Летом 1942 года старший лейтенант В.Н. Пчелинцев, воевавший на Ленинградском фронте, подарил мне свою брошюру «Как я стал снайпером», изданную небольшим тиражом в Москве и распространяемую на фронте в качестве учебно-пропагандистского пособия. В ней есть фотография, где Пчелинцев показывает устройство «СВТ-40» новобранцам. Он пишет:
«Первым успехом я обязан своему оружию. Винтовка для воина – его лучший друг. Отдашь ей заботу и внимание, и она тебя никогда не подведет. Оберегать винтовку, держать ее в чистоте, устранять малейшие неисправности, В МЕРУ СМАЗЫВАТЬ, отрегулировать все части, хорошо пристрелять – таким у снайпера должно быть отношение к своему оружию. При этом не лишнее будет знать и то, что, несмотря на их стандартность, в принципе одинаковых винтовок нет. Как говорится, у каждой свой характер. Проявляться этот характер может и в степени упругости различных пружин, и в легкости скольжения затвора, и в мягкости или жесткости спускового крючка, и в состоянии канала ствола, его изношенности и т. д. Нередко голодный и продрогший от холода, возвращался я с “охоты” и прежде всего принимался за чистку оружия, приводил его в порядок. Это – закон для снайпера…»
Все правильно – «оберегать винтовку, держать в чистоте, устранять малейшие неисправности…» Я постаралась укрыть плащ-палаткой «свету» от пыли, опускающейся облаком на мой окоп, но, видимо, не успела. Затвор при нажатии на спусковой крючок не сработал. Требовалось устранить эту неисправность. Я склонилась над ружьем, но каска мне мешала. Помянув черта, я сняла стальной шлем и положила его на дно окопа, затем взялась за рукоять затвора. Вроде бы механизм стал поддаваться.

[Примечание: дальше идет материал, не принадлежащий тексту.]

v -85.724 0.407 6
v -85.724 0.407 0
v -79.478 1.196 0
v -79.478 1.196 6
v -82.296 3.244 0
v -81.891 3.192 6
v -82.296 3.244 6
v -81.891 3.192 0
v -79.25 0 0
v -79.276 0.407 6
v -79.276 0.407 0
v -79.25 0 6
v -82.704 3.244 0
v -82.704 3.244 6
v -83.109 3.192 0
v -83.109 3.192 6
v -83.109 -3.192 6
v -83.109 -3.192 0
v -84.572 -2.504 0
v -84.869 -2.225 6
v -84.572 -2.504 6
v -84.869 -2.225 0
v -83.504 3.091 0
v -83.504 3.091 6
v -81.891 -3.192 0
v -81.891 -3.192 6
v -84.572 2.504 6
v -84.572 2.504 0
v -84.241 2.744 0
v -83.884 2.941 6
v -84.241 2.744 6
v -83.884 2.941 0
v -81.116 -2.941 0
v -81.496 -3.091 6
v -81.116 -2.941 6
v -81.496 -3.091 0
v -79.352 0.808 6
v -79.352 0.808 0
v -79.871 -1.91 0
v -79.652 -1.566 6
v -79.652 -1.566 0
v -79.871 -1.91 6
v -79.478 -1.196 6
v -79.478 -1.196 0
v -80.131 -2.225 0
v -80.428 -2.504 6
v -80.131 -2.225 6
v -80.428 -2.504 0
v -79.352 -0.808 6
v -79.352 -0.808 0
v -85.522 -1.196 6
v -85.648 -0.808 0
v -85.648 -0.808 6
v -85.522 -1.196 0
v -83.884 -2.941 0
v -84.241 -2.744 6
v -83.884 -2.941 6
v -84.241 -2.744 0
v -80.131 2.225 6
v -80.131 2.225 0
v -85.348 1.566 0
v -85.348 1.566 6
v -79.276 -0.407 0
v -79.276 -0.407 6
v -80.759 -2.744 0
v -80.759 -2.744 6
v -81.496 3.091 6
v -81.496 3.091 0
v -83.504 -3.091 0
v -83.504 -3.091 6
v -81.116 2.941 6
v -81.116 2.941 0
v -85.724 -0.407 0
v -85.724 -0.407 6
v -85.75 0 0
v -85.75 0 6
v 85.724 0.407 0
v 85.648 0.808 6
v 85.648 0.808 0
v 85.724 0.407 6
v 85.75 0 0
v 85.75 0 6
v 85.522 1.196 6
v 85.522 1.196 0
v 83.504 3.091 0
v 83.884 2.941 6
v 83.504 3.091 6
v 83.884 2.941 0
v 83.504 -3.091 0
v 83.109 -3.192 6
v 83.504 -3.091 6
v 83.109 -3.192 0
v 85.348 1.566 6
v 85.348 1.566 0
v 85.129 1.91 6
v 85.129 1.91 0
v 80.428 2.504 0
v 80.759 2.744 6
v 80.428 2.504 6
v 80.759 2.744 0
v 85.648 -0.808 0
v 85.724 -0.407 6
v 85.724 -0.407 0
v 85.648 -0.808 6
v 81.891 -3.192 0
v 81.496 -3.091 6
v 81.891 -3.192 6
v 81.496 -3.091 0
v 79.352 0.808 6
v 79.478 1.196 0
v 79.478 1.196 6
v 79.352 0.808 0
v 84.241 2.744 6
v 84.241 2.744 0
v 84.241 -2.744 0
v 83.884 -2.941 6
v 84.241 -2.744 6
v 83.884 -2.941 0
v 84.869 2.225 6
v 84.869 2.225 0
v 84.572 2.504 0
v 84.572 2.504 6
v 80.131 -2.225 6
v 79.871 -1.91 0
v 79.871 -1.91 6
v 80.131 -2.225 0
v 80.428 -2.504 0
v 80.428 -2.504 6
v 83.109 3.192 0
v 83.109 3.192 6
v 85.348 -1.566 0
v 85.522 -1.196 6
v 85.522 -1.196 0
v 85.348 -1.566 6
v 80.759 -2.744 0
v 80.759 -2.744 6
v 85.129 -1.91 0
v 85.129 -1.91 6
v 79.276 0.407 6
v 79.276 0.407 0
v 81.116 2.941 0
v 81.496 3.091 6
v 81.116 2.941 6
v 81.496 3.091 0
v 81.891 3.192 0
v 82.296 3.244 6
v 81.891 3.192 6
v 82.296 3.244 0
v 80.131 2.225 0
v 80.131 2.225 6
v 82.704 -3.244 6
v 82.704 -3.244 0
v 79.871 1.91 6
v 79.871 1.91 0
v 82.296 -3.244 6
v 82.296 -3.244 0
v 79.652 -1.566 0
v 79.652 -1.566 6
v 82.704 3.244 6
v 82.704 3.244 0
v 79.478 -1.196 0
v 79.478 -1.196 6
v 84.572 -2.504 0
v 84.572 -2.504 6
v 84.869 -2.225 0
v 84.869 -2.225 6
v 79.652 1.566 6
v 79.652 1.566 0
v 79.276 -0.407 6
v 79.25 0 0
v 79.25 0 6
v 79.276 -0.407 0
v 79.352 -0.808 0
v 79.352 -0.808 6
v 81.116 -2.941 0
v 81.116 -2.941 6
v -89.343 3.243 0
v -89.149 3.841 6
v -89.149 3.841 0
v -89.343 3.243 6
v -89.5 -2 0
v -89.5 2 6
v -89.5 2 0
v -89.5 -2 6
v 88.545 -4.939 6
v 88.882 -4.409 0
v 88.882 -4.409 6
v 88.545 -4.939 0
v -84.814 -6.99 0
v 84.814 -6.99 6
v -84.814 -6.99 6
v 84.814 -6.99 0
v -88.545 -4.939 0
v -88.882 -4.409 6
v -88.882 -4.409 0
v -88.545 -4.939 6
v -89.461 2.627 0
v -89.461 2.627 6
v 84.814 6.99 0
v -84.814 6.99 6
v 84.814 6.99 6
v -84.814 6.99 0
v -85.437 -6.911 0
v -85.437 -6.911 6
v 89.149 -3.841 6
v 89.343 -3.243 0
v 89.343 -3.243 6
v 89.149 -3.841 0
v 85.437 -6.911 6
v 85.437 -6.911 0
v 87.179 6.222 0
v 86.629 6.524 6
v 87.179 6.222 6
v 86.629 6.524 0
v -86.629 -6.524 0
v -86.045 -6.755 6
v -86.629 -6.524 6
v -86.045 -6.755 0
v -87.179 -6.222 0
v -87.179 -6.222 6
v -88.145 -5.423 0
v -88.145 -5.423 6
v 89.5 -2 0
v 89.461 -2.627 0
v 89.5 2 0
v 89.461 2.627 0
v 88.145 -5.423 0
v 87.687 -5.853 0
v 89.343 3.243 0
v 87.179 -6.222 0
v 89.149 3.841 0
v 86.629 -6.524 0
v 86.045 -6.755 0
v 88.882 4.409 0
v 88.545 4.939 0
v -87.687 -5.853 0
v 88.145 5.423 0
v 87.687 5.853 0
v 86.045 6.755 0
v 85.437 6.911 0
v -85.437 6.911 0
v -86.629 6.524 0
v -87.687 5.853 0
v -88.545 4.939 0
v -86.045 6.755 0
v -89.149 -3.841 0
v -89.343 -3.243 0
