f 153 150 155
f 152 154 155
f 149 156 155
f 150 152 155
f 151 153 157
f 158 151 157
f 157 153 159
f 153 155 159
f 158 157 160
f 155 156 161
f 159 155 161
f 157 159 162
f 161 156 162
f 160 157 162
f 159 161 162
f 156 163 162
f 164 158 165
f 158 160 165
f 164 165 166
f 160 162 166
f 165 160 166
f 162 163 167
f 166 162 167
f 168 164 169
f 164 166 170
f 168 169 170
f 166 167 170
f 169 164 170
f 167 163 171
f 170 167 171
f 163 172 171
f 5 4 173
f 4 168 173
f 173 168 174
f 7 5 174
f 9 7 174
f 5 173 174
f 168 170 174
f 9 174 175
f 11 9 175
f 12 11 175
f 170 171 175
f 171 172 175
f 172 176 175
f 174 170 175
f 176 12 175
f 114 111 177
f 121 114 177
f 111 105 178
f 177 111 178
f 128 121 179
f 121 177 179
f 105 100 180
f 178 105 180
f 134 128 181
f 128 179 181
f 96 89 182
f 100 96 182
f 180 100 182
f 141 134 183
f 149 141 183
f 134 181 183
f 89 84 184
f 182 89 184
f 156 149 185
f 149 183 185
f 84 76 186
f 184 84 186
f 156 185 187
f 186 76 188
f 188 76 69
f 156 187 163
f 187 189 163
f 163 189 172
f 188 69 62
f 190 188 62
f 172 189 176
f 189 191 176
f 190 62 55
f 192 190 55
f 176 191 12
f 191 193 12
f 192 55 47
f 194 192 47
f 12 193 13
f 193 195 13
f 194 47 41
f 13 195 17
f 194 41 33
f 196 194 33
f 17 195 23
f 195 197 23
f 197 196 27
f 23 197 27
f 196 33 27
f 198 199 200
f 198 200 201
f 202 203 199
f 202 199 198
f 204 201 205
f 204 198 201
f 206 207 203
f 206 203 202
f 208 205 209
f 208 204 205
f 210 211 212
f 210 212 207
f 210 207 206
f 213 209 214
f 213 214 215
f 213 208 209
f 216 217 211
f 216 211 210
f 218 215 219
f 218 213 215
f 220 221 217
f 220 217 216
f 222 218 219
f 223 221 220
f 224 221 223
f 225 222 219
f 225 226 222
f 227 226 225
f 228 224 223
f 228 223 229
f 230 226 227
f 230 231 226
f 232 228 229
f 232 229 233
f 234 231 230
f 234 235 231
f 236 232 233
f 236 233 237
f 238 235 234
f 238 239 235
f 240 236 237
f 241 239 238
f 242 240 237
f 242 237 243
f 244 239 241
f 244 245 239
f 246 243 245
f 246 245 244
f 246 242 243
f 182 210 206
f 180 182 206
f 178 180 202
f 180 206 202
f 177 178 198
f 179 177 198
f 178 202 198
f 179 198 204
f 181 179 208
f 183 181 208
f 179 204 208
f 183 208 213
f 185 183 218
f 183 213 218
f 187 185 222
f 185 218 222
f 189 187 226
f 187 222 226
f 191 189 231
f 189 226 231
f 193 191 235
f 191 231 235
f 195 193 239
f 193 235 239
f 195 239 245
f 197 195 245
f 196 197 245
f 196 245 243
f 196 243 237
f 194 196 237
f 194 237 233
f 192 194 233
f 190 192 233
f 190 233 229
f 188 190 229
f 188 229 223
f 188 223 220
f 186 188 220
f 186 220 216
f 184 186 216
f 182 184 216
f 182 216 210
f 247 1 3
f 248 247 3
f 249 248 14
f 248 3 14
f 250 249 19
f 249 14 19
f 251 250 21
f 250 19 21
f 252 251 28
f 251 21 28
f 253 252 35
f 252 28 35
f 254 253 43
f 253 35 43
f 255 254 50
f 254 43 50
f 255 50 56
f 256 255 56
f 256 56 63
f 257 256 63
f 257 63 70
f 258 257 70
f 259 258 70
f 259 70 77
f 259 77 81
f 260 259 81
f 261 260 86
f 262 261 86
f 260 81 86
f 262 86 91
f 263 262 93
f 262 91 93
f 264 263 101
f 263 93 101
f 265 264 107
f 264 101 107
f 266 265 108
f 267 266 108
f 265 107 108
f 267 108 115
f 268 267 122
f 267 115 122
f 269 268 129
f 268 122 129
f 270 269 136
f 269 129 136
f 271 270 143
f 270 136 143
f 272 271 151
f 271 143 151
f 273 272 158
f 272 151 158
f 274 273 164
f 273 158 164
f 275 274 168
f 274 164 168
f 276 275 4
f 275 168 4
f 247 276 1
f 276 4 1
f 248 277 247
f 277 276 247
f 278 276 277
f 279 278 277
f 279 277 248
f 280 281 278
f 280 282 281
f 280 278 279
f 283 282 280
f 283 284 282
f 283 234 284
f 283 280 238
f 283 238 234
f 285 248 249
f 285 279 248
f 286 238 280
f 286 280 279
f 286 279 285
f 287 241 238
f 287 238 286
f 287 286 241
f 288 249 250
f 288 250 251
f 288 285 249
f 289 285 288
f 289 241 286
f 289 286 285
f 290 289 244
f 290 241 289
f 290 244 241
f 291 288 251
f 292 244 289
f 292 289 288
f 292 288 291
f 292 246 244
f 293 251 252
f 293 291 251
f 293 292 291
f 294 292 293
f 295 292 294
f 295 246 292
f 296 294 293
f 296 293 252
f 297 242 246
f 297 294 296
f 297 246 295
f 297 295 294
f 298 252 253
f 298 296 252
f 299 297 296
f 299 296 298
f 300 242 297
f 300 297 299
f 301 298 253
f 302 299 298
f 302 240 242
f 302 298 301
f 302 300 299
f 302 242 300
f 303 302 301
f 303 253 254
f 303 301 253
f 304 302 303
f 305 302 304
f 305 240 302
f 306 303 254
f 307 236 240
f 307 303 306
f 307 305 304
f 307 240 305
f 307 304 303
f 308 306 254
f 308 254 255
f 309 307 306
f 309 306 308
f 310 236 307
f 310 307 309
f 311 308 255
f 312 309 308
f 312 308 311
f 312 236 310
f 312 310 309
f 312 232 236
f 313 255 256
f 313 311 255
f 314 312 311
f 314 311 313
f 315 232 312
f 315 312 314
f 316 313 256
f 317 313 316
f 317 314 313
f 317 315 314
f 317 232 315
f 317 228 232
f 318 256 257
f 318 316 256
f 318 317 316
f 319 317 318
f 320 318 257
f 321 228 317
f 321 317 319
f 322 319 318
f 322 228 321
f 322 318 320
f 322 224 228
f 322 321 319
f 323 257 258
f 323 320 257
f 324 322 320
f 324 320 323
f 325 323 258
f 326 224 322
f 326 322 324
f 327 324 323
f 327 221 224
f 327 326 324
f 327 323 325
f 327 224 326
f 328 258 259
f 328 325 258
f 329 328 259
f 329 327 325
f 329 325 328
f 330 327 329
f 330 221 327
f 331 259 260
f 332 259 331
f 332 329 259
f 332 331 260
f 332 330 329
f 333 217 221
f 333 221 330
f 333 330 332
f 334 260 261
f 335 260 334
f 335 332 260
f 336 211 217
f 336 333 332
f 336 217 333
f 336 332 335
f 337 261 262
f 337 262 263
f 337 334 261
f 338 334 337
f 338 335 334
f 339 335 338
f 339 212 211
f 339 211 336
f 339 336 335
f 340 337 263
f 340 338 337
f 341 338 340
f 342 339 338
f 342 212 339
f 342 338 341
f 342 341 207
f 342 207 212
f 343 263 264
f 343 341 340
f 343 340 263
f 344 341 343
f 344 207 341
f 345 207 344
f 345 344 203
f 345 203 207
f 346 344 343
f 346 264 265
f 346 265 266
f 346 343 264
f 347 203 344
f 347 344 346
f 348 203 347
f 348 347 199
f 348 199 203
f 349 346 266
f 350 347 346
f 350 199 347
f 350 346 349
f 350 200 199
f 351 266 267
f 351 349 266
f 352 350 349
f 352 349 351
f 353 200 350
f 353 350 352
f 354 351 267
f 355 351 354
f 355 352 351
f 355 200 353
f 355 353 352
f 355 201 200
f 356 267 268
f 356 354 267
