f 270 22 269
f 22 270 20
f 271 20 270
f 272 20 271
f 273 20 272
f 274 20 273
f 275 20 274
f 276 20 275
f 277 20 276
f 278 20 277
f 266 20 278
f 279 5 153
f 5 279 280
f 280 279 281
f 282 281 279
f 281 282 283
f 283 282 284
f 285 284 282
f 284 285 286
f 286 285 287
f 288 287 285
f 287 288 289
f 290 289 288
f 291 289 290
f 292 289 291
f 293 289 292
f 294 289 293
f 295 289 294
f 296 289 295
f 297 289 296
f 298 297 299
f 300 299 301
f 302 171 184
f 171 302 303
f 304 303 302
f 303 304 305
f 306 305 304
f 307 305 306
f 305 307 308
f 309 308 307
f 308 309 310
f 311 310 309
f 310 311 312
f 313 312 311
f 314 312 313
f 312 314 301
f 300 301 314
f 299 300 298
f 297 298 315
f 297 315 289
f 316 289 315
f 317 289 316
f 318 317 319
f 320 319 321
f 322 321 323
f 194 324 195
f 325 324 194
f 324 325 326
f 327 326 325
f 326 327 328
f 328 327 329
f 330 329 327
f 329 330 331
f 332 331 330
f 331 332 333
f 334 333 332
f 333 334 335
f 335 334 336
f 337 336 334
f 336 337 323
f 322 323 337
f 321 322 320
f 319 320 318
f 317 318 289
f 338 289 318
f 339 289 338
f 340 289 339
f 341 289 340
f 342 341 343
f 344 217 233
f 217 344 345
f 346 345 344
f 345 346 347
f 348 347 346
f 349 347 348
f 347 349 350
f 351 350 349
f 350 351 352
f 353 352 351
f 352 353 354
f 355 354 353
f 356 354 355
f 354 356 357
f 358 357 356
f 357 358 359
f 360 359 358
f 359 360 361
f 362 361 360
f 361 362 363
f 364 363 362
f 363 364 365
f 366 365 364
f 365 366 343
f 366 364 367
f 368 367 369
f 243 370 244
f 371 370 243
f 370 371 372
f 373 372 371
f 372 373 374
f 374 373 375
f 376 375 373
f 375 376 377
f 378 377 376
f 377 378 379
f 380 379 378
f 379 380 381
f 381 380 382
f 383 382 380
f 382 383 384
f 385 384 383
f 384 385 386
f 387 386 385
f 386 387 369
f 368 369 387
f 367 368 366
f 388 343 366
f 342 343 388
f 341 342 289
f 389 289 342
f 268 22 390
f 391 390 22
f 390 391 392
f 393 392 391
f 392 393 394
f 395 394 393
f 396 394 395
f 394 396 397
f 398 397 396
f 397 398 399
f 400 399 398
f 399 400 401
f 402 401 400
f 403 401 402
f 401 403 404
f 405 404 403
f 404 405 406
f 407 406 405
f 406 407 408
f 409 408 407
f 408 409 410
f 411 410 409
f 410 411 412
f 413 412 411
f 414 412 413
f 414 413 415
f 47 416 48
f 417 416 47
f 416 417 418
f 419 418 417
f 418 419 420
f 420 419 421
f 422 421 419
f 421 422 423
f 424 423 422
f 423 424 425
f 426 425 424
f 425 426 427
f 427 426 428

Тут грянул новый минометный залп, осколки со свистом полетели в разные стороны. Один из них прорезал кожу у меня на голове, с левой стороны, под волосами. Кровь обильно потекла по лбу, залепила левый глаз, попала на губы, и я ощутила ее солоноватый привкус. Мне удалось достать санитарный пакет из кармана на гимнастерке и кое-как обмотать голову бинтом. Кровь пошла меньше, зато подступила боль: рана жгла, саднила и как будто тянула кожу на всей голове.
Предметы, окружающие меня, начали погружаться в туман. Я прижала неисправную винтовку к груди и прислонилась спиной к стенке окопа. Над ним свистели осколки мин и вражеские пули. Где-то сбоку застрочил ротный станковый пулемет, вступила в дело с громким «в-вах!» наша батарея 45-мм пушек. Судя по звукам, румыны пошли в атаку. А я не могла принимать участие в ее отражении. Какие-то странные, тяжелые мысли ворочались в мозгу: «Надо ждать… Надо ждать… Надо ждать…»
– Товарищ сержант, вы живы? – раздался голос санинструктора Лены Палий.
– Жива. Но ранена в голову.
– Ах ты, господи! Сейчас я вам помогу…
Капитан Сергиенко, увидев мое лицо и гимнастерку, залитые кровью, и перебинтованную голову, приказал Лене тотчас ехать со мной в дивизионный медсанбат, поскольку там врачи лучше. К тому же МСБ № 47, приписанный к 25-й дивизии, находился всего в пяти километрах от позиций 54-го полка. Именная моя винтовка, которую я по-прежнему не выпускала из рук, внезапно сослужила добрую службу. На сортировочном пункте медсанбата Лена Палий указала на надпись на металлической трубке прицела и заявила, что сержанта второй роты первого батальона 54-го полка Людмилу Павличенко лично знает сам генерал-майор Петров, командующий Приморской армии. Военврач, не задав ни единого вопроса, вручил ей красный талон, что означало направление на срочную операцию.